Records contained in a dataset:
* * * * * * * * *
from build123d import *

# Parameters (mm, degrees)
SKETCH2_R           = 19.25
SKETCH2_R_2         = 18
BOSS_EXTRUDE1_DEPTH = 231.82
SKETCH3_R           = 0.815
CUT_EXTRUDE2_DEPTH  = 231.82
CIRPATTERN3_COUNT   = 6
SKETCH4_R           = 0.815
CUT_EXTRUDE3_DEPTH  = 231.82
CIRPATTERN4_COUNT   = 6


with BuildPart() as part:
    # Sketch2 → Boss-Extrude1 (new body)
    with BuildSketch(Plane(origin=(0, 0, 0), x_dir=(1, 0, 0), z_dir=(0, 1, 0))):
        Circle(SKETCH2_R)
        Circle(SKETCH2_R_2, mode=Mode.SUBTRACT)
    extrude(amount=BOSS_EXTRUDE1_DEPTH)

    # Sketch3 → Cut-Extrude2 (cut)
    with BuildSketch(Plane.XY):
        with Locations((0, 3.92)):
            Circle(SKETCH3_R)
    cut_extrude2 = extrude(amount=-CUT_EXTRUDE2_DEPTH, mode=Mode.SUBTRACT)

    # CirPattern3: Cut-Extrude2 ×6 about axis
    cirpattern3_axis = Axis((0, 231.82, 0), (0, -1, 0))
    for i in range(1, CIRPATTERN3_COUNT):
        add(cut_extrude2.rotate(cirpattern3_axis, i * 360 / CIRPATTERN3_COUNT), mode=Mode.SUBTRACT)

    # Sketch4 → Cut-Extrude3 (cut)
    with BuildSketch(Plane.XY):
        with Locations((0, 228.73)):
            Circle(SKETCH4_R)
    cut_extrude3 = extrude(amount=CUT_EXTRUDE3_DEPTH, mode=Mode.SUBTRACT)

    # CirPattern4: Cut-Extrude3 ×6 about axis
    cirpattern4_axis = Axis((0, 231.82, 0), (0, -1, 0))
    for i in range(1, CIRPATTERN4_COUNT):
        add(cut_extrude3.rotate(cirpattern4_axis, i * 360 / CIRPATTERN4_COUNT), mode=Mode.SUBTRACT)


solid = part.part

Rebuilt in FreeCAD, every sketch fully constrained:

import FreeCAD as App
import Part
import Sketcher
from FreeCAD import Vector

doc = App.newDocument("Part")
body = doc.addObject("PartDesign::Body", "Body")

# Sketch on XZ plane
sketch1 = doc.addObject("Sketcher::SketchObject", "Sketch")
body.addObject(sketch1)
sketch1.AttachmentSupport = (doc.XZ_Plane, [""])
sketch1.MapMode = "FlatFace"
sketch1.addGeometry([
    Part.Circle(Vector(0, 0, 0), Vector(0, 0, 1), 19.25),
    Part.Circle(Vector(0, 0, 0), Vector(0, 0, 1), 18),
], False)
sketch1.addConstraint([
    Sketcher.Constraint("Coincident", 0, 3, -1, 1),
    Sketcher.Constraint("Coincident", 1, 3, -1, 1),
    Sketcher.Constraint("Diameter", 1, 36.0),
    Sketcher.Constraint("Diameter", 0, 38.5),
])
pad1 = doc.addObject("PartDesign::Pad", "Pad")
body.addObject(pad1)
pad1.Profile = sketch1
pad1.Length = 231.82
pad1.Reversed = True

# Sketch on XY plane
sketch2 = doc.addObject("Sketcher::SketchObject", "Sketch001")
body.addObject(sketch2)
sketch2.AttachmentSupport = (doc.XY_Plane, [""])
sketch2.MapMode = "FlatFace"
sketch2.addGeometry(Part.Circle(Vector(0, 3.92, 0), Vector(0, 0, 1), 0.815), False)
sketch2.addConstraint([
    Sketcher.Constraint("PointOnObject", 0, 3, -2),
    Sketcher.Constraint("Diameter", 0, 1.63),
    Sketcher.Constraint("DistanceY", -1, 1, 0, 3, 3.92),
])
pocket1 = doc.addObject("PartDesign::Pocket", "Pocket")
body.addObject(pocket1)
pocket1.Profile = sketch2
pocket1.Length = 231.82
doc.recompute()

polarpattern = doc.addObject("PartDesign::PolarPattern", "PolarPattern")
body.addObject(polarpattern)
polarpattern.Originals = [pocket1]
polarpattern.Axis = (doc.Y_Axis, [""])
polarpattern.Angle = 360
polarpattern.Occurrences = 6
body.Tip = polarpattern

# Sketch on XY plane
sketch3 = doc.addObject("Sketcher::SketchObject", "Sketch002")
body.addObject(sketch3)
sketch3.AttachmentSupport = (doc.XY_Plane, [""])
sketch3.MapMode = "FlatFace"
sketch3.addGeometry(Part.Circle(Vector(0, 228.73, 0), Vector(0, 0, 1), 0.815), False)
sketch3.addConstraint([
    Sketcher.Constraint("PointOnObject", 0, 3, -2),
    Sketcher.Constraint("Diameter", 0, 1.63),
    Sketcher.Constraint("DistanceY", -1, 1, 0, 3, 228.73),
])
pocket2 = doc.addObject("PartDesign::Pocket", "Pocket001")
body.addObject(pocket2)
pocket2.Profile = sketch3
pocket2.Length = 231.82
pocket2.Reversed = True
doc.recompute()

polarpattern2 = doc.addObject("PartDesign::PolarPattern", "PolarPattern001")
body.addObject(polarpattern2)
polarpattern2.Originals = [pocket2]
polarpattern2.Axis = (doc.Y_Axis, [""])
polarpattern2.Angle = 360
polarpattern2.Occurrences = 6
body.Tip = polarpattern2

doc.recompute()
* * * * * * * * *
Task to carry out ▸
Could you return all the data above exactly as it appears?

Written solution ▸
from build123d import *

# Parameters (mm, degrees)
SKETCH2_R           = 19.25
SKETCH2_R_2         = 18
BOSS_EXTRUDE1_DEPTH = 231.82
SKETCH3_R           = 0.815
CUT_EXTRUDE2_DEPTH  = 231.82
CIRPATTERN3_COUNT   = 6
SKETCH4_R           = 0.815
CUT_EXTRUDE3_DEPTH  = 231.82
CIRPATTERN4_COUNT   = 6


with BuildPart() as part:
    # Sketch2 → Boss-Extrude1 (new body)
    with BuildSketch(Plane(origin=(0, 0, 0), x_dir=(1, 0, 0), z_dir=(0, 1, 0))):
        Circle(SKETCH2_R)
        Circle(SKETCH2_R_2, mode=Mode.SUBTRACT)
    extrude(amount=BOSS_EXTRUDE1_DEPTH)

    # Sketch3 → Cut-Extrude2 (cut)
    with BuildSketch(Plane.XY):
        with Locations((0, 3.92)):
            Circle(SKETCH3_R)
    cut_extrude2 = extrude(amount=-CUT_EXTRUDE2_DEPTH, mode=Mode.SUBTRACT)

    # CirPattern3: Cut-Extrude2 ×6 about axis
    cirpattern3_axis = Axis((0, 231.82, 0), (0, -1, 0))
    for i in range(1, CIRPATTERN3_COUNT):
        add(cut_extrude2.rotate(cirpattern3_axis, i * 360 / CIRPATTERN3_COUNT), mode=Mode.SUBTRACT)

    # Sketch4 → Cut-Extrude3 (cut)
    with BuildSketch(Plane.XY):
        with Locations((0, 228.73)):
            Circle(SKETCH4_R)
    cut_extrude3 = extrude(amount=CUT_EXTRUDE3_DEPTH, mode=Mode.SUBTRACT)

    # CirPattern4: Cut-Extrude3 ×6 about axis
    cirpattern4_axis = Axis((0, 231.82, 0), (0, -1, 0))
    for i in range(1, CIRPATTERN4_COUNT):
        add(cut_extrude3.rotate(cirpattern4_axis, i * 360 / CIRPATTERN4_COUNT), mode=Mode.SUBTRACT)


solid = part.part

Rebuilt in FreeCAD, every sketch fully constrained:

import FreeCAD as App
import Part
import Sketcher
from FreeCAD import Vector

doc = App.newDocument("Part")
body = doc.addObject("PartDesign::Body", "Body")

# Sketch on XZ plane
sketch1 = doc.addObject("Sketcher::SketchObject", "Sketch")
body.addObject(sketch1)
sketch1.AttachmentSupport = (doc.XZ_Plane, [""])
sketch1.MapMode = "FlatFace"
sketch1.addGeometry([
    Part.Circle(Vector(0, 0, 0), Vector(0, 0, 1), 19.25),
    Part.Circle(Vector(0, 0, 0), Vector(0, 0, 1), 18),
], False)
sketch1.addConstraint([
    Sketcher.Constraint("Coincident", 0, 3, -1, 1),
    Sketcher.Constraint("Coincident", 1, 3, -1, 1),
    Sketcher.Constraint("Diameter", 1, 36.0),
    Sketcher.Constraint("Diameter", 0, 38.5),
])
pad1 = doc.addObject("PartDesign::Pad", "Pad")
body.addObject(pad1)
pad1.Profile = sketch1
pad1.Length = 231.82
pad1.Reversed = True

# Sketch on XY plane
sketch2 = doc.addObject("Sketcher::SketchObject", "Sketch001")
body.addObject(sketch2)
sketch2.AttachmentSupport = (doc.XY_Plane, [""])
sketch2.MapMode = "FlatFace"
sketch2.addGeometry(Part.Circle(Vector(0, 3.92, 0), Vector(0, 0, 1), 0.815), False)
sketch2.addConstraint([
    Sketcher.Constraint("PointOnObject", 0, 3, -2),
    Sketcher.Constraint("Diameter", 0, 1.63),
    Sketcher.Constraint("DistanceY", -1, 1, 0, 3, 3.92),
])
pocket1 = doc.addObject("PartDesign::Pocket", "Pocket")
body.addObject(pocket1)
pocket1.Profile = sketch2
pocket1.Length = 231.82
doc.recompute()

polarpattern = doc.addObject("PartDesign::PolarPattern", "PolarPattern")
body.addObject(polarpattern)
polarpattern.Originals = [pocket1]
polarpattern.Axis = (doc.Y_Axis, [""])
polarpattern.Angle = 360
polarpattern.Occurrences = 6
body.Tip = polarpattern

# Sketch on XY plane
sketch3 = doc.addObject("Sketcher::SketchObject", "Sketch002")
body.addObject(sketch3)
sketch3.AttachmentSupport = (doc.XY_Plane, [""])
sketch3.MapMode = "FlatFace"
sketch3.addGeometry(Part.Circle(Vector(0, 228.73, 0), Vector(0, 0, 1), 0.815), False)
sketch3.addConstraint([
    Sketcher.Constraint("PointOnObject", 0, 3, -2),
    Sketcher.Constraint("Diameter", 0, 1.63),
    Sketcher.Constraint("DistanceY", -1, 1, 0, 3, 228.73),
])
pocket2 = doc.addObject("PartDesign::Pocket", "Pocket001")
body.addObject(pocket2)
pocket2.Profile = sketch3
pocket2.Length = 231.82
pocket2.Reversed = True
doc.recompute()

polarpattern2 = doc.addObject("PartDesign::PolarPattern", "PolarPattern001")
body.addObject(polarpattern2)
polarpattern2.Originals = [pocket2]
polarpattern2.Axis = (doc.Y_Axis, [""])
polarpattern2.Angle = 360
polarpattern2.Occurrences = 6
body.Tip = polarpattern2

doc.recompute()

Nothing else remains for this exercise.